▶ **What you have to do**: Your task is to reproduce exactly the lines that run from the beginning of the data through the line where "v 96.593 150 3125.882" appears.

▶ **Stored data**:
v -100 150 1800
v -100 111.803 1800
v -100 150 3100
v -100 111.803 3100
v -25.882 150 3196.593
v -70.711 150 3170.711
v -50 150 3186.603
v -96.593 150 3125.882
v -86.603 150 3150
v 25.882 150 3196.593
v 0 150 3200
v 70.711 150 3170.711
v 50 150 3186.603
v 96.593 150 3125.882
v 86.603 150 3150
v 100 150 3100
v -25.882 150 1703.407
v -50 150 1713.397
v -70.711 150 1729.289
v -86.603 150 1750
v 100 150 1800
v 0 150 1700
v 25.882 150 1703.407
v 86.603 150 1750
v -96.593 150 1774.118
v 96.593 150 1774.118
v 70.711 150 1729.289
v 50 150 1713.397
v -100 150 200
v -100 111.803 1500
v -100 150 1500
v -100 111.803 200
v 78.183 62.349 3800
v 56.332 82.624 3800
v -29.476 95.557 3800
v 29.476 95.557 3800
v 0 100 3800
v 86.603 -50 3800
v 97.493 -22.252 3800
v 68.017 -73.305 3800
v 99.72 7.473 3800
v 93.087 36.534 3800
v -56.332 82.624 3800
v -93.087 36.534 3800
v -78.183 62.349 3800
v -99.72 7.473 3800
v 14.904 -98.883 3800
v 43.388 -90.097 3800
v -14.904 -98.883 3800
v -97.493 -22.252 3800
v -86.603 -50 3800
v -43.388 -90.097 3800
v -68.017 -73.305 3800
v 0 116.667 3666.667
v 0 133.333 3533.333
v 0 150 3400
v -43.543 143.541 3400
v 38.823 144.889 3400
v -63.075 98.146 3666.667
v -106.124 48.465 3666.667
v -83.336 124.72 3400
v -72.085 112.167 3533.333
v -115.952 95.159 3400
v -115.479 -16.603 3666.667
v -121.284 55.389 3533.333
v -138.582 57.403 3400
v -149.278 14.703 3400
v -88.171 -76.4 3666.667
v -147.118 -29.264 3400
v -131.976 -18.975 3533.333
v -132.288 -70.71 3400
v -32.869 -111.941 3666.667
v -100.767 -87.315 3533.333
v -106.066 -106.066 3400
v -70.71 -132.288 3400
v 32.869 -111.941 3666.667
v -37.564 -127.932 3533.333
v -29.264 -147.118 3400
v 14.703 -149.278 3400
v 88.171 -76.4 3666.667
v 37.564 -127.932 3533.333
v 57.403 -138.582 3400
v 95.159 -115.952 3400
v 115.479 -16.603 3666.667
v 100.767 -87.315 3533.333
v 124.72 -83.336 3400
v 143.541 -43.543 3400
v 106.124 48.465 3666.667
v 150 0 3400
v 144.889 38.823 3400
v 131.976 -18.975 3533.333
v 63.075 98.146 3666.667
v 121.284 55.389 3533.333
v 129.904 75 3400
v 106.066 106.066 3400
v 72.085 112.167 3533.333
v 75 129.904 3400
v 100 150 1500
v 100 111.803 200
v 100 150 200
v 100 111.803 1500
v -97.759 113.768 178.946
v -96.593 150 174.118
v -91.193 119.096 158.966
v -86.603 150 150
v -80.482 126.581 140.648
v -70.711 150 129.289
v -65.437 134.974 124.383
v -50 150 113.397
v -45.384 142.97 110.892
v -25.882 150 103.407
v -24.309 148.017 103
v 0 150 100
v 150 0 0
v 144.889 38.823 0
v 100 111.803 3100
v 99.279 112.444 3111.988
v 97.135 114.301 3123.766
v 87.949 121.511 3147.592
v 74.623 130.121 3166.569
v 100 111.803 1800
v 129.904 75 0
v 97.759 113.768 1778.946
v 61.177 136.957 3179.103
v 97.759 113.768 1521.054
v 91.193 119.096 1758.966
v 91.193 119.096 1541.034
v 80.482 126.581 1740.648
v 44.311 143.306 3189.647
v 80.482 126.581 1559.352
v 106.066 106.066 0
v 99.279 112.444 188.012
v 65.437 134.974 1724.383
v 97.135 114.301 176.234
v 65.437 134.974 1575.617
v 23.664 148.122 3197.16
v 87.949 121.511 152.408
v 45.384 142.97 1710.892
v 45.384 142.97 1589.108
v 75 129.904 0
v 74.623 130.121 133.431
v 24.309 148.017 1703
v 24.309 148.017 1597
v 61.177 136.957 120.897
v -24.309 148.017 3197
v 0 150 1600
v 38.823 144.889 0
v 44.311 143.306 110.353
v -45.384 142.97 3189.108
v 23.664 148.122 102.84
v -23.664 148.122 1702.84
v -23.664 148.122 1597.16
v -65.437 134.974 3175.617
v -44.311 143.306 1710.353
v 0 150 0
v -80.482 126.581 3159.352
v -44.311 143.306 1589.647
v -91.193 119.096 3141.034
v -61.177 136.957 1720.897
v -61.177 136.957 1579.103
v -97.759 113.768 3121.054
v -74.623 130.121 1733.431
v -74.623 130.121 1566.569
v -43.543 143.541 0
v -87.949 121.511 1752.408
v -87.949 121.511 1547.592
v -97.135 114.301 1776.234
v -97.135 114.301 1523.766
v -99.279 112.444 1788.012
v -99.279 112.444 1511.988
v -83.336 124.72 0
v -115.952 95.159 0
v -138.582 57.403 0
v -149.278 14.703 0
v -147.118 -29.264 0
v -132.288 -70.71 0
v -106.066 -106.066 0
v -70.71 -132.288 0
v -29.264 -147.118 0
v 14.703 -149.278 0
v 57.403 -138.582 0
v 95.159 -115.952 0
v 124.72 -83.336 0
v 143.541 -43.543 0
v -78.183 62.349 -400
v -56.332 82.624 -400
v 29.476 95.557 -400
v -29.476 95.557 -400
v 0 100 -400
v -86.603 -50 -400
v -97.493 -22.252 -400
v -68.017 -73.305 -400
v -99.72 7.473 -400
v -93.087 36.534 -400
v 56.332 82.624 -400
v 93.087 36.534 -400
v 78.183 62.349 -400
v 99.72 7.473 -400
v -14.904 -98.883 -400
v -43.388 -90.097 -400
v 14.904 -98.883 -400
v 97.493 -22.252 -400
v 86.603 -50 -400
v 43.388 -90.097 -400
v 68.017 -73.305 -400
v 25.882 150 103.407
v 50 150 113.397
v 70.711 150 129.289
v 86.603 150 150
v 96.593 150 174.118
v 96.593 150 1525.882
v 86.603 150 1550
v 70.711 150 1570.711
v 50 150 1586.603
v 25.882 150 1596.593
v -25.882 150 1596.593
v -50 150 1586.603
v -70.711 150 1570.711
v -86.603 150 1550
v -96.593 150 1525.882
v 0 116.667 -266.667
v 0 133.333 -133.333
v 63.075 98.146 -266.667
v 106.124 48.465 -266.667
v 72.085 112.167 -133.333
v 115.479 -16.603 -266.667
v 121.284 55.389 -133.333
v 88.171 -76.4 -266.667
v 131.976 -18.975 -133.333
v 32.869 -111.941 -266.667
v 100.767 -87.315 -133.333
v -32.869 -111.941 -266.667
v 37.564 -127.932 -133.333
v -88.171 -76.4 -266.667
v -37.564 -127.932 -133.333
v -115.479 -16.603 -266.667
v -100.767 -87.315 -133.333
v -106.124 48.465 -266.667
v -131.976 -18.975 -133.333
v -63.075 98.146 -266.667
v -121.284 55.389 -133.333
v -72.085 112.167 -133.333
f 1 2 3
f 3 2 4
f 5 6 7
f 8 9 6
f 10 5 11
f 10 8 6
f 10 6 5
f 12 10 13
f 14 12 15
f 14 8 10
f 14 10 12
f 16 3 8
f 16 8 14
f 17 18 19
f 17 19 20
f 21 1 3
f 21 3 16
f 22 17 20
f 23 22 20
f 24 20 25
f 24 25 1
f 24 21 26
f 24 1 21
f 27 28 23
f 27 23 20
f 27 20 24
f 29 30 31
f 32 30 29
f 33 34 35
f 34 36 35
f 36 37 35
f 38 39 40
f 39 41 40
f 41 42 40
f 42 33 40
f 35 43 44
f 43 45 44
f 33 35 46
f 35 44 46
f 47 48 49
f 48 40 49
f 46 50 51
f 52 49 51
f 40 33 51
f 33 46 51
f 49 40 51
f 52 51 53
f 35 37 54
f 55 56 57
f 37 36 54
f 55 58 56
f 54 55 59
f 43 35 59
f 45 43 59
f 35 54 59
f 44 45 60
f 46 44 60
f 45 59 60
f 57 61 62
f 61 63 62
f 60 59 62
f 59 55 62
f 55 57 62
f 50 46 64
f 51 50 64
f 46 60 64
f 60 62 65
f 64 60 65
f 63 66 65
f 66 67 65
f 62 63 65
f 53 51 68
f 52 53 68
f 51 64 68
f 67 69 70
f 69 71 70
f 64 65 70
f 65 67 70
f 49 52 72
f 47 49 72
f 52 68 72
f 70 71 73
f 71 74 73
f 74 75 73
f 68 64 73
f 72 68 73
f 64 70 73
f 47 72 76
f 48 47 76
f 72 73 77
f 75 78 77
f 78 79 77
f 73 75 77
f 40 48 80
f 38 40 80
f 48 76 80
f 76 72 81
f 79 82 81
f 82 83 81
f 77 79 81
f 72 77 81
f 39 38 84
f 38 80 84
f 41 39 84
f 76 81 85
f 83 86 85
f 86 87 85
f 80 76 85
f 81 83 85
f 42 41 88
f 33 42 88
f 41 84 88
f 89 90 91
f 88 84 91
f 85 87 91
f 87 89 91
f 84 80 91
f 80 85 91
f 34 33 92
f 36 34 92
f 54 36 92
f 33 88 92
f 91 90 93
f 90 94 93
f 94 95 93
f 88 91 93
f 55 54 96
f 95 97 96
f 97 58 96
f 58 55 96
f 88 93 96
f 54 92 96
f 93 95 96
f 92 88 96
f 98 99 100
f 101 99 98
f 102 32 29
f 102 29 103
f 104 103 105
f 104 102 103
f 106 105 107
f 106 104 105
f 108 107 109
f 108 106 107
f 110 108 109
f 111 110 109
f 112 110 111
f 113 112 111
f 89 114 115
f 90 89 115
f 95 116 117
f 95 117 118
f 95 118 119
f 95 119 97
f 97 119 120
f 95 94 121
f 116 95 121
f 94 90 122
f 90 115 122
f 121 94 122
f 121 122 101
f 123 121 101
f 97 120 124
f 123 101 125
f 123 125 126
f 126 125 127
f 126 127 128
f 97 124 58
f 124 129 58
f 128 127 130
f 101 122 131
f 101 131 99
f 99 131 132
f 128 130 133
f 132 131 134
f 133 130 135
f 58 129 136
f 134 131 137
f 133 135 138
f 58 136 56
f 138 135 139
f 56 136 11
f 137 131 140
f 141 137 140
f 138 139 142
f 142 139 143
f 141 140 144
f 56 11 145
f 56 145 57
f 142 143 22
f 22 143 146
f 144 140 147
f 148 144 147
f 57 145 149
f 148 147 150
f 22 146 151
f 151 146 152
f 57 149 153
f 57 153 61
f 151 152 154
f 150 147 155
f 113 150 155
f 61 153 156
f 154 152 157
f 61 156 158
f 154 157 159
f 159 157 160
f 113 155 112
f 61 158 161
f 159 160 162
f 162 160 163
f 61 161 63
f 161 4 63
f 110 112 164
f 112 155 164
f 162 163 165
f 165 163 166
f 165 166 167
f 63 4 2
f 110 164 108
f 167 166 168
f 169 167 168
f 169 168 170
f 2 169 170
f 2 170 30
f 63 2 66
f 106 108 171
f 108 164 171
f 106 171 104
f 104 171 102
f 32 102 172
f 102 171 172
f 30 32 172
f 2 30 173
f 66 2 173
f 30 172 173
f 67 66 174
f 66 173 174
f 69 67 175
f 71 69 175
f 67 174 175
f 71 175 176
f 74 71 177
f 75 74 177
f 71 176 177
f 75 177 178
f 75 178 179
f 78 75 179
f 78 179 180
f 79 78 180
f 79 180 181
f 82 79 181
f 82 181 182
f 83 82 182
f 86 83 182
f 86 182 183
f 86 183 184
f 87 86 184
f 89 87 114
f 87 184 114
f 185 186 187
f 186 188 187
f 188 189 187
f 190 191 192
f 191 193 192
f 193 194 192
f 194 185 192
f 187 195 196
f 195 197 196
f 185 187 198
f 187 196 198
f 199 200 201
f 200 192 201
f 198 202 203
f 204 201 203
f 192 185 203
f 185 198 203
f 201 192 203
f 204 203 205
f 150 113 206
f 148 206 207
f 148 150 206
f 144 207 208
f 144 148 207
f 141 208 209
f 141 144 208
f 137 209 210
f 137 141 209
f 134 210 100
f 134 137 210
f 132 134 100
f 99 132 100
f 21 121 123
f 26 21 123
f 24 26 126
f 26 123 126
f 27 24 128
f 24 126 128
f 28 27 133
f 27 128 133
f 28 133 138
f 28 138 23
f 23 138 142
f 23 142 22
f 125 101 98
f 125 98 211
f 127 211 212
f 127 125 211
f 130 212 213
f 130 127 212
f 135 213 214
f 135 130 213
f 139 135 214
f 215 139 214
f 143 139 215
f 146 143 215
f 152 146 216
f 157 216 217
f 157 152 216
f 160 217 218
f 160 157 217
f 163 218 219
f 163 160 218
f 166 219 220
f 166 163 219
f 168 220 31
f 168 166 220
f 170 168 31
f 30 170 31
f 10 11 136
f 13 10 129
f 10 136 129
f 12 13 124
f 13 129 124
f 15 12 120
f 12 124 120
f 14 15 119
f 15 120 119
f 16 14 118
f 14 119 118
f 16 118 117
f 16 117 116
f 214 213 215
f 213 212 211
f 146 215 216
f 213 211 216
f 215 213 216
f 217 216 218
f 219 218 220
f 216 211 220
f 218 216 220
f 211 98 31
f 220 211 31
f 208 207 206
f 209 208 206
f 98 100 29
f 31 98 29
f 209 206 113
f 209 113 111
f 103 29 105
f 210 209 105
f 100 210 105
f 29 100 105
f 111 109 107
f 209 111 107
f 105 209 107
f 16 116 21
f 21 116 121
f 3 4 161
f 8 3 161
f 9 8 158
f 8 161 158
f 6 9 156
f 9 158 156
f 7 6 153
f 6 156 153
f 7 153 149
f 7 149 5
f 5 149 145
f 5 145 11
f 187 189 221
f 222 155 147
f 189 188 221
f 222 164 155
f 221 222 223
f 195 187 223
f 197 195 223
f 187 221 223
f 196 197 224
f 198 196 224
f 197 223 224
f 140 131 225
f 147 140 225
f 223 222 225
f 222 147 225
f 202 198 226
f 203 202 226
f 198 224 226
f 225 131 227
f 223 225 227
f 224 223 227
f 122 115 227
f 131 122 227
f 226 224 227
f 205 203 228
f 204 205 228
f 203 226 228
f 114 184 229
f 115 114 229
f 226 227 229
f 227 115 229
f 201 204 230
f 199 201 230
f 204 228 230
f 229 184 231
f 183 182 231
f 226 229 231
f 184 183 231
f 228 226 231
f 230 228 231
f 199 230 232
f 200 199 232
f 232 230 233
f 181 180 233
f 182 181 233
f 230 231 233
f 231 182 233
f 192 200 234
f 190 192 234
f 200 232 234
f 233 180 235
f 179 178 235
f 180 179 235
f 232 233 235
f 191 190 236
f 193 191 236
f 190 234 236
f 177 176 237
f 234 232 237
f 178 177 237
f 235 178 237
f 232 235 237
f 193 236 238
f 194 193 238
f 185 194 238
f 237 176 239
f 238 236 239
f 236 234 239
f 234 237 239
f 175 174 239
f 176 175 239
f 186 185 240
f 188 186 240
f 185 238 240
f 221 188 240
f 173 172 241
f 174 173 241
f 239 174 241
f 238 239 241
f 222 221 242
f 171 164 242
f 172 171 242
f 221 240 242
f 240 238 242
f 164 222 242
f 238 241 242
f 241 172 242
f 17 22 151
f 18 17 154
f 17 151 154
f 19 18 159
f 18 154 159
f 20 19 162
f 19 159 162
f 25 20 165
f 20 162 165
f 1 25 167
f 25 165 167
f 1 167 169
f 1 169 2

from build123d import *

# Parameters (mm, degrees)
SECTION_2_R         = 150
BOSS_EXTRUDE1_DEPTH = 3400
BOSS_EXTRUDE2_REACH = 3816.774


with BuildPart() as part:
    # Section 2 → Boss-Extrude1 (new body)
    with BuildSketch(Plane.XY):
        Circle(SECTION_2_R)
    extrude(amount=BOSS_EXTRUDE1_DEPTH)

    # ConoPopa → Revolve1 (revolve)
    with BuildSketch(Plane(origin=(0, 0, 0), x_dir=(0, 0, -1), z_dir=(1, 0, 0))):
        Polygon((400, 0), (400, 100), (0, 150), (0, 0), align=None)
    revolve(axis=Axis((0, 0, 0), (0, 0, -1)))

    # ConoProa → Revolve2 (revolve)
    with BuildSketch(Plane(origin=(0, 0, 0), x_dir=(0, 0, -1), z_dir=(1, 0, 0))):
        Polygon((-3800, 0), (-3800, 100), (-3400, 150), (-3400, 0), align=None)
    revolve(axis=Axis((0, 0, 3400), (0, 0, 1)))

    # Boss-Extrude2: up to this face of the body
    boss_extrude2_end = part.part.faces().sort_by_distance((-150, 0, 1700))[0]
    # Sketch1 → Boss-Extrude2 (add, up to the picked face)
    with BuildSketch(Plane(origin=(0, 150, 0), x_dir=(1, 0, 0), z_dir=(0, 1, 0)), mode=Mode.PRIVATE) as boss_extrude2_sk1:
        with BuildLine():
            Line((-100, -1500), (-100, -200))
            ThreePointArc((-100, -200), (0, -100), (100, -200))
            Line((100, -200), (100, -1500))
            ThreePointArc((100, -1500), (0, -1600), (-100, -1500))
        make_face()
    boss_extrude2_tool1 = split(extrude(boss_extrude2_sk1.sketch, amount=-BOSS_EXTRUDE2_REACH, mode=Mode.PRIVATE), bisect_by=boss_extrude2_end, keep=Keep.BOTH, mode=Mode.PRIVATE)
    # Sketch1 → Boss-Extrude2 (add, up to the picked face)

▶ **Task answer**:
v -100 150 1800
v -100 111.803 1800
v -100 150 3100
v -100 111.803 3100
v -25.882 150 3196.593
v -70.711 150 3170.711
v -50 150 3186.603
v -96.593 150 3125.882
v -86.603 150 3150
v 25.882 150 3196.593
v 0 150 3200
v 70.711 150 3170.711
v 50 150 3186.603
v 96.593 150 3125.882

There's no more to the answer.